I was in a convenience store paying for gas about a year ago and a guy came in crying because he ran over a squirrel. He looked like he was probably in his 40's and he was bawling like his best friend died. I had to gtfo, I was dying myself.
 
My wife told me she ran over 2 squirrels within 500 feet of each other. She claims she did it unintentionally. She says she was screaming and swerving. I couldn't stop laughing when she told me this.
Did you tell her that she probably wouldn’t have hit them if she wasn’t swerving?
 
My wife told me she ran over 2 squirrels within 500 feet of each other. She claims she did it unintentionally. She says she was screaming and swerving. I couldn't stop laughing when she told me this.

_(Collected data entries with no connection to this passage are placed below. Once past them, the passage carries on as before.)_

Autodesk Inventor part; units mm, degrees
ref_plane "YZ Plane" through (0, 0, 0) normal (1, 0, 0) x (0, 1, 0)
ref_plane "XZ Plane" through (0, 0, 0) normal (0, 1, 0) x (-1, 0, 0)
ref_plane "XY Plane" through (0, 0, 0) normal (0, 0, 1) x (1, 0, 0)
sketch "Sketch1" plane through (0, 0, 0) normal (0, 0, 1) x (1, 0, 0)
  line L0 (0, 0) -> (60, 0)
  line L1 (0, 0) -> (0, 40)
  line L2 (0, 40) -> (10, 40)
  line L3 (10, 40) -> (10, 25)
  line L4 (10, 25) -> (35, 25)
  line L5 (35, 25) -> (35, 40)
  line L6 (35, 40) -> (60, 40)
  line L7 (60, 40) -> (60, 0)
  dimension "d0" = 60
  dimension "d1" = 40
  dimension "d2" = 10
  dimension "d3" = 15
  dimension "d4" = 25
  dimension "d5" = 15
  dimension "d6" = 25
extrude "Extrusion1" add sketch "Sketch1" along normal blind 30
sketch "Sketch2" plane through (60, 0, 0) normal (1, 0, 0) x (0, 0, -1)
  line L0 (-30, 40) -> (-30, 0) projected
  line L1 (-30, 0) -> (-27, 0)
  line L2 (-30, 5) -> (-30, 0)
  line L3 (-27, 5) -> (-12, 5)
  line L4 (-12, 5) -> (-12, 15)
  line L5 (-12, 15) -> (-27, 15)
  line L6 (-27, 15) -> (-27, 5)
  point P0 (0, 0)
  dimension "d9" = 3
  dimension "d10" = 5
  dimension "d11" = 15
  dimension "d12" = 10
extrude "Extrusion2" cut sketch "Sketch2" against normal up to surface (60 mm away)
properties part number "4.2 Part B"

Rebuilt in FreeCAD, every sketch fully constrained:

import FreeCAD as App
import Part
import Sketcher
Q = App.Units.Quantity


def add_polygon(sketch, points):
    """Adds a closed chain of lines whose ends are joined by coincident constraints."""
    first, n = sketch.GeometryCount, len(points)
    for a, b in zip(points, points[1:] + points[:1]):
        sketch.addGeometry(Part.LineSegment(App.Vector(*a, 0), App.Vector(*b, 0)), False)
    for i in range(n):
        sketch.addConstraint(Sketcher.Constraint("Coincident", first + i, 2, first + (i + 1) % n, 1))

doc = App.newDocument("Part")
body = doc.addObject("PartDesign::Body", "Body")

sketch1 = body.newObject("Sketcher::SketchObject", "Sketch")
sketch1.AttachmentSupport = (doc.getObject("XY_Plane"), [""])
sketch1.MapMode = "FlatFace"
add_polygon(sketch1, [(0, 40), (0, 0), (60, 0), (60, 40), (35, 40), (35, 25), (10, 25), (10, 40)])
sketch1.addConstraint(Sketcher.Constraint("Vertical", 0))
sketch1.addConstraint(Sketcher.Constraint("Horizontal", 1))
sketch1.addConstraint(Sketcher.Constraint("Vertical", 2))
sketch1.addConstraint(Sketcher.Constraint("Horizontal", 3))
sketch1.addConstraint(Sketcher.Constraint("Vertical", 4))
sketch1.addConstraint(Sketcher.Constraint("Horizontal", 5))
sketch1.addConstraint(Sketcher.Constraint("Vertical", 6))
sketch1.addConstraint(Sketcher.Constraint("Horizontal", 7))
sketch1.addConstraint(Sketcher.Constraint("Coincident", 0, 2, -1, 1))
sketch1.addConstraint(Sketcher.Constraint("Horizontal", 3, 2, 6, 2))
sketch1.addConstraint(Sketcher.Constraint("Equal", 3, 5))
sketch1.addConstraint(Sketcher.Constraint("DistanceX", 1, 1, 1, 2, Q("60 mm")))
sketch1.addConstraint(Sketcher.Constraint("DistanceX", 3, 2, 3, 1, Q("25 mm")))
sketch1.addConstraint(Sketcher.Constraint("DistanceY", 0, 2, 0, 1, Q("40 mm")))
sketch1.addConstraint(Sketcher.Constraint("DistanceY", 4, 2, 4, 1, Q("15 mm")))
pad1 = body.newObject("PartDesign::Pad", "Pad")
pad1.Profile = sketch1
pad1.Length = 30

sketch2 = body.newObject("Sketcher::SketchObject", "Sketch001")
sketch2.AttachmentSupport = (doc.getObject("YZ_Plane"), [""])
sketch2.MapMode = "FlatFace"
sketch2.AttachmentOffset = App.Placement(App.Vector(0, 0, 60), App.Rotation())
add_polygon(sketch2, [(15, 27), (5, 27), (5, 12), (15, 12)])
sketch2.addConstraint(Sketcher.Constraint("Horizontal", 0))
sketch2.addConstraint(Sketcher.Constraint("Vertical", 1))
sketch2.addConstraint(Sketcher.Constraint("Horizontal", 2))
sketch2.addConstraint(Sketcher.Constraint("Vertical", 3))
sketch2.addConstraint(Sketcher.Constraint("DistanceX", 0, 2, 0, 1, Q("10 mm")))
sketch2.addConstraint(Sketcher.Constraint("DistanceY", 1, 2, 1, 1, Q("15 mm")))
sketch2.addConstraint(Sketcher.Constraint("DistanceX", -1, 1, 0, 2, Q("5 mm")))
sketch2.addConstraint(Sketcher.Constraint("DistanceY", -1, 1, 0, 2, Q("27 mm")))
pocket1 = body.newObject("PartDesign::Pocket", "Pocket")
pocket1.Profile = sketch2
pocket1.Length = 60

doc.recompute()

This proves once and for all that women never should've been allowed to drive.
 
My wife told me she ran over 2 squirrels within 500 feet of each other. She claims she did it unintentionally. She says she was screaming and swerving. I couldn't stop laughing when she told me this.

This proves once and for all that women never should've been allowed to drive.

This is false. We need them to be able to drive for when we drink too much or if we have to go on long, boring interstate trips.
 
My wife told me she ran over 2 squirrels within 500 feet of each other. She claims she did it unintentionally. She says she was screaming and swerving. I couldn't stop laughing when she told me this.

This proves once and for all that women never should've been allowed to drive.

This is false. We need them to be able to drive for when we drink too much or if we have to go on long, boring interstate trips.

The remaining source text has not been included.